▶ **WHAT THE TASK REQUIRES**: Write out, word for word, every line in the data below from the one containing "v19 (8.838835,0,7.338835)" to the one containing "v26 (15,0,-21.693547)", both of them included.
-------------------------
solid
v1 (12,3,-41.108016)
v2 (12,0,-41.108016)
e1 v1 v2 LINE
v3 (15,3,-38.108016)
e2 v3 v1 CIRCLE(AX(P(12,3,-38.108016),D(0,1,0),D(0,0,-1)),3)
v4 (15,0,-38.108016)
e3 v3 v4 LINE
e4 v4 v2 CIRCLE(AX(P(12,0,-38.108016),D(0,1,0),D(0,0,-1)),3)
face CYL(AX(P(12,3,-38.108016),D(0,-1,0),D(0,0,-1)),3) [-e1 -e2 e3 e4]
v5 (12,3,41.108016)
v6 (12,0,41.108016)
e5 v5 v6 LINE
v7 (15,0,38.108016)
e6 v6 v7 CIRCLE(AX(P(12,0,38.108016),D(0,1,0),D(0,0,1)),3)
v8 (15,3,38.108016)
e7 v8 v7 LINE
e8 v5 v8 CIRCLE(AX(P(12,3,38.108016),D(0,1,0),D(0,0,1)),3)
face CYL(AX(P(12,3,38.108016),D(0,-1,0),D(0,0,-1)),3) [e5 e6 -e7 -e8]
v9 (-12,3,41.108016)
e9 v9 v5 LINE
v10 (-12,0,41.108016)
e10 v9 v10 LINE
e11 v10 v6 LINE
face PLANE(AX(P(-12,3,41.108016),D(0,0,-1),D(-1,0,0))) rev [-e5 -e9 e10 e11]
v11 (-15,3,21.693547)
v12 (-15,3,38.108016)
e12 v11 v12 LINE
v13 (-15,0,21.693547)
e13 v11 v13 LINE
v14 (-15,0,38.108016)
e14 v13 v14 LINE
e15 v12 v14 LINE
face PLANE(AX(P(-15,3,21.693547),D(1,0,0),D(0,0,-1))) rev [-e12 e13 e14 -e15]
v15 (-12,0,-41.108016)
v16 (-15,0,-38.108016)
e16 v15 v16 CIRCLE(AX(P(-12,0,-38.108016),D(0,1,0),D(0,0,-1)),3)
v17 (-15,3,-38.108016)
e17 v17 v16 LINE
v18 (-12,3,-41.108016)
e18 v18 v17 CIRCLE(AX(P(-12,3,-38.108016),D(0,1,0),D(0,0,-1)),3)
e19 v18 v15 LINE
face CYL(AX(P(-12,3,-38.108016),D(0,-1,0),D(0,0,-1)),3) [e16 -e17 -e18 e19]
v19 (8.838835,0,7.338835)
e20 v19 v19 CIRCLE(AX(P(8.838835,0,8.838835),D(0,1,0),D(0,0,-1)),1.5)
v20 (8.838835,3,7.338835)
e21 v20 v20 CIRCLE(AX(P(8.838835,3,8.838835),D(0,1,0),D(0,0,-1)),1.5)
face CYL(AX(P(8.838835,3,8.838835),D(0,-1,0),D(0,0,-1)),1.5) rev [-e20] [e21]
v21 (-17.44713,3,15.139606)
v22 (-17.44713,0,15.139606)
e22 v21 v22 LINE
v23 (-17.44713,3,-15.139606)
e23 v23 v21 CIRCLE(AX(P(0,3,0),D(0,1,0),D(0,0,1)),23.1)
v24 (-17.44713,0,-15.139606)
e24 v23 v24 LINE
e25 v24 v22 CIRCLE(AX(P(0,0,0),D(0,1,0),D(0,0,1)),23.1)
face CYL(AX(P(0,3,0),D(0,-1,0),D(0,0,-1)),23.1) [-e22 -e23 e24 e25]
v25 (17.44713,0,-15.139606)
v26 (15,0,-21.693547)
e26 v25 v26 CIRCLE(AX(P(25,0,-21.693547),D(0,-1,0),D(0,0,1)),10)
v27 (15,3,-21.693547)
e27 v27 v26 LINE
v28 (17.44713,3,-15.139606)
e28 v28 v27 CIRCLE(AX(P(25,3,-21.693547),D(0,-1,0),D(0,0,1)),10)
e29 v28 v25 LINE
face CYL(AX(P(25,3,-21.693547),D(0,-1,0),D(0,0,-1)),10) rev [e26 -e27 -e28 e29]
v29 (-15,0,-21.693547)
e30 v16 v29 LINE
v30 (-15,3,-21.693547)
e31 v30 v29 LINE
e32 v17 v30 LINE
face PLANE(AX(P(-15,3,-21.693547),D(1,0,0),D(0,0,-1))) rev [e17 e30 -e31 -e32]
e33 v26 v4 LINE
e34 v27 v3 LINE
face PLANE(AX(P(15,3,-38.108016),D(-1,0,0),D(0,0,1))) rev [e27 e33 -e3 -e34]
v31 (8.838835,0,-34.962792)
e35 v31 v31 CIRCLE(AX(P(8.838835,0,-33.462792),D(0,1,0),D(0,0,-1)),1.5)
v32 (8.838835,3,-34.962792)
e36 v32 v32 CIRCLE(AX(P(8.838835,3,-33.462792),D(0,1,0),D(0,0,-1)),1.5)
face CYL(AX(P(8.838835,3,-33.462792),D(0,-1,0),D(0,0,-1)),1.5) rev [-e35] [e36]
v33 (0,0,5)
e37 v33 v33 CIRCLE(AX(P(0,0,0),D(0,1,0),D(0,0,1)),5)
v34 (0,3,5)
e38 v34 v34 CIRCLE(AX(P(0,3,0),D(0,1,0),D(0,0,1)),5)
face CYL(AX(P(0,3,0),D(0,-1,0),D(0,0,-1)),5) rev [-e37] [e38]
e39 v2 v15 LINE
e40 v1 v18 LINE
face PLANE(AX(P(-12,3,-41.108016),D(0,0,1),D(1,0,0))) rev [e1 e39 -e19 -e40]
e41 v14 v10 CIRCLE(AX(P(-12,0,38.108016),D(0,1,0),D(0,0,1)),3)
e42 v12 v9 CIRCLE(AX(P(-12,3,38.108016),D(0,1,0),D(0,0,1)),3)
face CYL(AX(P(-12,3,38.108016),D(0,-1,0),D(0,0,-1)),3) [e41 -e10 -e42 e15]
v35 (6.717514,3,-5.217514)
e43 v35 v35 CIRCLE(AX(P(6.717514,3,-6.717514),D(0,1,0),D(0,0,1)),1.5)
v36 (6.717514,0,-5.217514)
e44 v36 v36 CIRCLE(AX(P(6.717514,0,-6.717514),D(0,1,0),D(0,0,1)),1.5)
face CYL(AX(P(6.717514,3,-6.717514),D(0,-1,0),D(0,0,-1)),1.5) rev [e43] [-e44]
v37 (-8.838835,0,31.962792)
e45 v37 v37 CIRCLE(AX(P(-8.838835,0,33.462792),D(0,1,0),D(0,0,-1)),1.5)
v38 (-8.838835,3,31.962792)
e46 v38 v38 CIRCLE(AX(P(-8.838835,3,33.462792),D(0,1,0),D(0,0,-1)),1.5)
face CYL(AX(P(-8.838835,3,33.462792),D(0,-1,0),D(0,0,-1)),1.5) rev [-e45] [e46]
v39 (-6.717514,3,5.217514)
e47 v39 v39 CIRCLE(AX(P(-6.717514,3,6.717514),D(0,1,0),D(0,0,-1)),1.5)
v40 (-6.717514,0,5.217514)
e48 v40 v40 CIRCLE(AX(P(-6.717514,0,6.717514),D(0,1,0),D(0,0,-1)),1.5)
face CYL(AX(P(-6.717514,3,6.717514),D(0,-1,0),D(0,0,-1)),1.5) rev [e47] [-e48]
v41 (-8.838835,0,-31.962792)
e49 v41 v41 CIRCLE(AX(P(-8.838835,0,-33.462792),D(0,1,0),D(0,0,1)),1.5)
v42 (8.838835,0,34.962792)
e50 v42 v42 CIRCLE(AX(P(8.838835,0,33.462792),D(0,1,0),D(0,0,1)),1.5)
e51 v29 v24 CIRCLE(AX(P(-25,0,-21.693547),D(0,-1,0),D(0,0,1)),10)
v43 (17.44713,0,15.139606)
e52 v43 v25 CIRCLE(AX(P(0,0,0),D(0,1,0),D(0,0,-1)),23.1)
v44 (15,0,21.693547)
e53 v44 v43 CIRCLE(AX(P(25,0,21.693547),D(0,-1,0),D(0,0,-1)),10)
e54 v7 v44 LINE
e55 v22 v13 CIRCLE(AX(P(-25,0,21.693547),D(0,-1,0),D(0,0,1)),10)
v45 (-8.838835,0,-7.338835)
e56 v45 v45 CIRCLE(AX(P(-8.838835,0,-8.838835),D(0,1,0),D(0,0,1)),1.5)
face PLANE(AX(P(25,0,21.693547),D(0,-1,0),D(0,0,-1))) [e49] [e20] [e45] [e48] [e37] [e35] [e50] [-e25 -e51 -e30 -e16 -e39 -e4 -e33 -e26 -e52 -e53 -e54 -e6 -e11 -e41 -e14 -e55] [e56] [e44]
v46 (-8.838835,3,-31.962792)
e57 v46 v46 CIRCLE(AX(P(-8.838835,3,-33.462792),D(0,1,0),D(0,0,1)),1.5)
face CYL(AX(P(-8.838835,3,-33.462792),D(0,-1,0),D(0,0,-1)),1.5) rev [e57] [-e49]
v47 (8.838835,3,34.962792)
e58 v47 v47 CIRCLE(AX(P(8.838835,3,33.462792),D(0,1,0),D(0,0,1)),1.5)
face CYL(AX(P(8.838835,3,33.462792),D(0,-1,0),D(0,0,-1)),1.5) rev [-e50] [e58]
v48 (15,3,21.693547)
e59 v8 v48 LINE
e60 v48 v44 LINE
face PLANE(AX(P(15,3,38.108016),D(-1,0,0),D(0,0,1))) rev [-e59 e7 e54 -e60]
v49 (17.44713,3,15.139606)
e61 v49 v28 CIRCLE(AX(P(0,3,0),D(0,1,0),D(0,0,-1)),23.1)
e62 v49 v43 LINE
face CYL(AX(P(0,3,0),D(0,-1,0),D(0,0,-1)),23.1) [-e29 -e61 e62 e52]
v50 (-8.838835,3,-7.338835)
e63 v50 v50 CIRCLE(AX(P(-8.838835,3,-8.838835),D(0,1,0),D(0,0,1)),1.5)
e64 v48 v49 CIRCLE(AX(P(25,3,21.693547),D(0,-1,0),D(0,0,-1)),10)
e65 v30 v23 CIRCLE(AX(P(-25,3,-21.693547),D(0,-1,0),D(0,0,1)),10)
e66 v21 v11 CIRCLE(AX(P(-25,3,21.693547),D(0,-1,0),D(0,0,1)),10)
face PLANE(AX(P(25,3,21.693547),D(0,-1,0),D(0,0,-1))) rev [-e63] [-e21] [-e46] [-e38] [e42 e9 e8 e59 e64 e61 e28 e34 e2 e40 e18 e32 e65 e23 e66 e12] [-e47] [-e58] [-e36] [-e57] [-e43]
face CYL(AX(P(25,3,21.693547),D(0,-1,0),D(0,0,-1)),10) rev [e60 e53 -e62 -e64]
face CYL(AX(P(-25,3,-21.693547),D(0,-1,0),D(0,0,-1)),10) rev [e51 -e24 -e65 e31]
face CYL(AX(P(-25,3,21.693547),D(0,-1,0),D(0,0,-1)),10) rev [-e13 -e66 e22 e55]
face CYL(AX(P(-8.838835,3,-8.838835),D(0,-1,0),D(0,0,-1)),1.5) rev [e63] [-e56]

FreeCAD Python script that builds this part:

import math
import FreeCAD as App
import Part
import Sketcher
from FreeCAD import Vector
Q = App.Units.Quantity

doc = App.newDocument("Part")
body = doc.addObject("PartDesign::Body", "Body")

sketch1 = body.newObject("Sketcher::SketchObject", "Sketch")
sketch1.AttachmentSupport = (doc.getObject("XZ_Plane"), [""])
sketch1.MapMode = "FlatFace"
sketch1.addGeometry([
    Part.LineSegment(Vector(-15, -38.1, 0), Vector(-15, -21.7, 0)),
    Part.ArcOfCircle(Part.Circle(Vector(-25, -21.7, 0), Vector(0, 0, 1), 10), math.radians(0), math.radians(41)),
    Part.ArcOfCircle(Part.Circle(Vector(0, 0, 0), Vector(0, 0, 1), 23.1), math.radians(139), math.radians(221)),
    Part.ArcOfCircle(Part.Circle(Vector(-25, 21.7, 0), Vector(0, 0, 1), 10), math.radians(-41), math.radians(0)),
    Part.LineSegment(Vector(-15, 21.7, 0), Vector(-15, 38.1, 0)),
    Part.ArcOfCircle(Part.Circle(Vector(-12, 38.1, 0), Vector(0, 0, 1), 3), math.radians(90), math.radians(180)),
    Part.LineSegment(Vector(-12, 41.1, 0), Vector(12, 41.1, 0)),
    Part.ArcOfCircle(Part.Circle(Vector(12, 38.1, 0), Vector(0, 0, 1), 3), math.radians(0), math.radians(90)),
    Part.LineSegment(Vector(15, 38.1, 0), Vector(15, 21.7, 0)),
    Part.ArcOfCircle(Part.Circle(Vector(25, 21.7, 0), Vector(0, 0, 1), 10), math.radians(180), math.radians(221)),
    Part.ArcOfCircle(Part.Circle(Vector(0, 0, 0), Vector(0, 0, 1), 23.1), math.radians(-41), math.radians(41)),
    Part.ArcOfCircle(Part.Circle(Vector(25, -21.7, 0), Vector(0, 0, 1), 10), math.radians(139), math.radians(180)),
    Part.LineSegment(Vector(15, -21.7, 0), Vector(15, -38.1, 0)),
    Part.ArcOfCircle(Part.Circle(Vector(12, -38.1, 0), Vector(0, 0, 1), 3), math.radians(-90), math.radians(0)),
    Part.LineSegment(Vector(12, -41.1, 0), Vector(-12, -41.1, 0)),
    Part.ArcOfCircle(Part.Circle(Vector(-12, -38.1, 0), Vector(0, 0, 1), 3), math.radians(180), math.radians(270)),
    Part.Circle(Vector(8.8, 33.5, 0), Vector(0, 0, 1), 1.5),
    Part.Circle(Vector(8.8, 8.8, 0), Vector(0, 0, 1), 1.5),
    Part.Circle(Vector(-8.8, 33.5, 0), Vector(0, 0, 1), 1.5),
    Part.Circle(Vector(-6.7, 6.7, 0), Vector(0, 0, 1), 1.5),
    Part.Circle(Vector(6.7, -6.7, 0), Vector(0, 0, 1), 1.5),
    Part.Circle(Vector(8.8, -33.5, 0), Vector(0, 0, 1), 1.5),
    Part.Circle(Vector(0, 0, 0), Vector(0, 0, 1), 5),
    Part.Circle(Vector(-8.8, -8.8, 0), Vector(0, 0, 1), 1.5),
    Part.Circle(Vector(-8.8, -33.5, 0), Vector(0, 0, 1), 1.5),
], False)
sketch1.addConstraint([
    Sketcher.Constraint("Tangent", 0, 2, 1, 1),
    Sketcher.Constraint("Tangent", 1, 2, 2, 2),
    Sketcher.Constraint("Tangent", 2, 1, 3, 1),
    Sketcher.Constraint("Tangent", 3, 2, 4, 1),
    Sketcher.Constraint("Tangent", 4, 2, 5, 2),
    Sketcher.Constraint("Tangent", 5, 1, 6, 1),
    Sketcher.Constraint("Tangent", 6, 2, 7, 2),
    Sketcher.Constraint("Tangent", 7, 1, 8, 1),
    Sketcher.Constraint("Tangent", 8, 2, 9, 1),
    Sketcher.Constraint("Tangent", 9, 2, 10, 2),
    Sketcher.Constraint("Tangent", 10, 1, 11, 1),
    Sketcher.Constraint("Tangent", 11, 2, 12, 1),
    Sketcher.Constraint("Tangent", 12, 2, 13, 2),
    Sketcher.Constraint("Tangent", 13, 1, 14, 1),
    Sketcher.Constraint("Tangent", 14, 2, 15, 2),
    Sketcher.Constraint("Tangent", 15, 1, 0, 1),
    Sketcher.Constraint("Vertical", 0),
    Sketcher.Constraint("Vertical", 4),
    Sketcher.Constraint("Horizontal", 6),
    Sketcher.Constraint("Vertical", 8),
    Sketcher.Constraint("Vertical", 12),
    Sketcher.Constraint("Horizontal", 14),
    Sketcher.Constraint("Coincident", 2, 3, -1, 1),
    Sketcher.Constraint("Coincident", 10, 3, -1, 1),
    Sketcher.Constraint("Coincident", 22, 3, -1, 1),
    Sketcher.Constraint("Equal", 1, 3),
    Sketcher.Constraint("Equal", 5, 7),
    Sketcher.Constraint("Equal", 3, 9),
    Sketcher.Constraint("Equal", 2, 10),
    Sketcher.Constraint("Equal", 9, 11),
    Sketcher.Constraint("Equal", 7, 13),
    Sketcher.Constraint("Equal", 13, 15),
    Sketcher.Constraint("Equal", 16, 17),
    Sketcher.Constraint("Equal", 17, 18),
    Sketcher.Constraint("Equal", 18, 19),
    Sketcher.Constraint("Equal", 19, 20),
    Sketcher.Constraint("Equal", 20, 21),
    Sketcher.Constraint("Equal", 21, 23),
    Sketcher.Constraint("Equal", 23, 24),
    Sketcher.Constraint("Symmetric", 5, 3, 13, 3, -1, 1),
    Sketcher.Constraint("Symmetric", 19, 3, 20, 3, -1, 1),
    Sketcher.Constraint("Symmetric", 18, 3, 21, 3, -1, 1),
    Sketcher.Constraint("Symmetric", 17, 3, 23, 3, -1, 1),
    Sketcher.Constraint("Symmetric", 16, 3, 24, 3, -1, 1),
    Sketcher.Constraint("Symmetric", 16, 3, 18, 3, -2),
    Sketcher.Constraint("Horizontal", 3, 3, 9, 3),
    Sketcher.Constraint("Horizontal", 1, 3, 11, 3),
    Sketcher.Constraint("Vertical", 16, 3, 17, 3),
    Sketcher.Constraint("Diameter", 16, Q("3 mm")),
    Sketcher.Constraint("Diameter", 22, Q("10 mm")),
    Sketcher.Constraint("Radius", 1, Q("10 mm")),
    Sketcher.Constraint("Radius", 5, Q("3 mm")),
    Sketcher.Constraint("Radius", 2, Q("23.1 mm")),
    Sketcher.Constraint("DistanceX", 6, 1, 6, 2, Q("24 mm")),
    Sketcher.Constraint("DistanceY", 0, 1, 0, 2, Q("16.414469 mm")),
-------------------------
▶ **FINISHED EXERCISE**:
v19 (8.838835,0,7.338835)
e20 v19 v19 CIRCLE(AX(P(8.838835,0,8.838835),D(0,1,0),D(0,0,-1)),1.5)
v20 (8.838835,3,7.338835)
e21 v20 v20 CIRCLE(AX(P(8.838835,3,8.838835),D(0,1,0),D(0,0,-1)),1.5)
face CYL(AX(P(8.838835,3,8.838835),D(0,-1,0),D(0,0,-1)),1.5) rev [-e20] [e21]
v21 (-17.44713,3,15.139606)
v22 (-17.44713,0,15.139606)
e22 v21 v22 LINE
v23 (-17.44713,3,-15.139606)
e23 v23 v21 CIRCLE(AX(P(0,3,0),D(0,1,0),D(0,0,1)),23.1)
v24 (-17.44713,0,-15.139606)
e24 v23 v24 LINE
e25 v24 v22 CIRCLE(AX(P(0,0,0),D(0,1,0),D(0,0,1)),23.1)
face CYL(AX(P(0,3,0),D(0,-1,0),D(0,0,-1)),23.1) [-e22 -e23 e24 e25]
v25 (17.44713,0,-15.139606)
v26 (15,0,-21.693547)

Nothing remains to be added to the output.